OK so I'm shooting at some 600mL plastic water bottles at a distance of 6-7 metres, using my modified cheap market slingshot (now deadly accurate!), using 16mm lightweight plastic balls.

So my 6 year old daughter says, "Daddy, instead of hitting the bottles why don't you try getting a ball inside them?"

CHALLENGE!!!!!

I put the bottles flat on top of an already-peppered box with the bottle openings (28mm wide) facing me. Yesterday I had about 20 shots at it but couldn't get inside - lots of rim hits though.

Had another crack today. I started to get heaps of rim shots, until after about 20 shots, BAM! Inside the bottle! Photographic evidence!


----------



## Kwala (Jul 28, 2012)

To be precise, the distance was 6.2m today.

And this is the sling - some cheap market sling $10, plus the shortened band from my Trumark S9FO - with some dodgy zip-ties securing the band. Might look a little hybrid but it's spot on!


----------



## e~shot (Jun 3, 2010)

That is good shooting buddy!



Kwala said:


> "Daddy, instead of hitting the bottles why don't you try getting a ball inside them?"


She don't know it is not a challenge at all for dad!!!!!


----------



## treefork (Feb 1, 2010)

Nice.Where to you get that plastic ammo?


----------



## capnjoe (Jun 3, 2012)

"That's why I say, hey man nice shot!"


----------



## Kwala (Jul 28, 2012)

treefork said:


> Nice.Where to you get that plastic ammo?
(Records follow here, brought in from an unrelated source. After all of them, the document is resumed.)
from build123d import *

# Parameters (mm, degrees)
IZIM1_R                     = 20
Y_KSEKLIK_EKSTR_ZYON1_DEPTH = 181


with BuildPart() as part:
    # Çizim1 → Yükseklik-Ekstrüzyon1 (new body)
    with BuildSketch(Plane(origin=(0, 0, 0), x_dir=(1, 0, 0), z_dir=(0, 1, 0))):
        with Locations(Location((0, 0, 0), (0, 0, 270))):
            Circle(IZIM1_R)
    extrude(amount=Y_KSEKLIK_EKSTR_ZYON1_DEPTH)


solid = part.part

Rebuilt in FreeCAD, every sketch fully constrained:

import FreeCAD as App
import Part
import Sketcher

V = App.Vector

doc = App.newDocument("Part")
body = doc.addObject("PartDesign::Body", "Body")

# Sketch on XZ plane
sketch1 = doc.addObject("Sketcher::SketchObject", "Sketch")
body.addObject(sketch1)
sketch1.AttachmentSupport = (doc.XZ_Plane, [""])
sketch1.MapMode = "FlatFace"
sketch1.addGeometry(Part.Circle(V(0, 0, 0), V(0, 0, 1), 20), False)
sketch1.addConstraint(Sketcher.Constraint("Coincident", 0, 3, -1, 1))
sketch1.addConstraint(Sketcher.Constraint("Diameter", 0, 40.0))
pad1 = doc.addObject("PartDesign::Pad", "Pad")
body.addObject(pad1)
pad1.Profile = sketch1
pad1.Length = 181
pad1.Reversed = True

doc.recompute()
Mate it's just some locally made stuff
http://www.supapeg.com.au/product_info.php?products_id=132


----------



## KennyCannon (Aug 24, 2011)

That's some really good shooting Kwala.

At our last shoot we were shooting at a bottle cap that was like 25 yards away. We must have shot 500 shots at the thing and maybe hit it twice. Peresh hit it like 5 times in a row but he's unreal with shots like that.


----------



## Kwala (Jul 28, 2012)

KennyCannon said:


> That's some really good shooting Kwala.
> 
> At our last shoot we were shooting at a bottle cap that was like 25 yards away. We must have shot 500 shots at the thing and maybe hit it twice. Peresh hit it like 5 times in a row but he's unreal with shots like that.


Hehe thanks mate; I'll give it another crack in the next few days!


----------



## Peresh (May 3, 2010)

Just been lucky Kenny!


----------



## Kwala (Jul 28, 2012)

Hey guys, thought I'd have another go this afternoon. This time put the bottle in a box and wedged a whiskey tin against it. Shooting from same distance. Got one in after 8 shots. Another one in after another 9 shots (the winning shot was actually the first of a new round after getting more balls). So slowly getting better!


----------



## All Buns Glazing (Apr 22, 2012)

I started with that same slingshot, except mine is orange. And to be honest, I haven't touched it once since I started shooting other things







Glad to see you're having more success than I did!


----------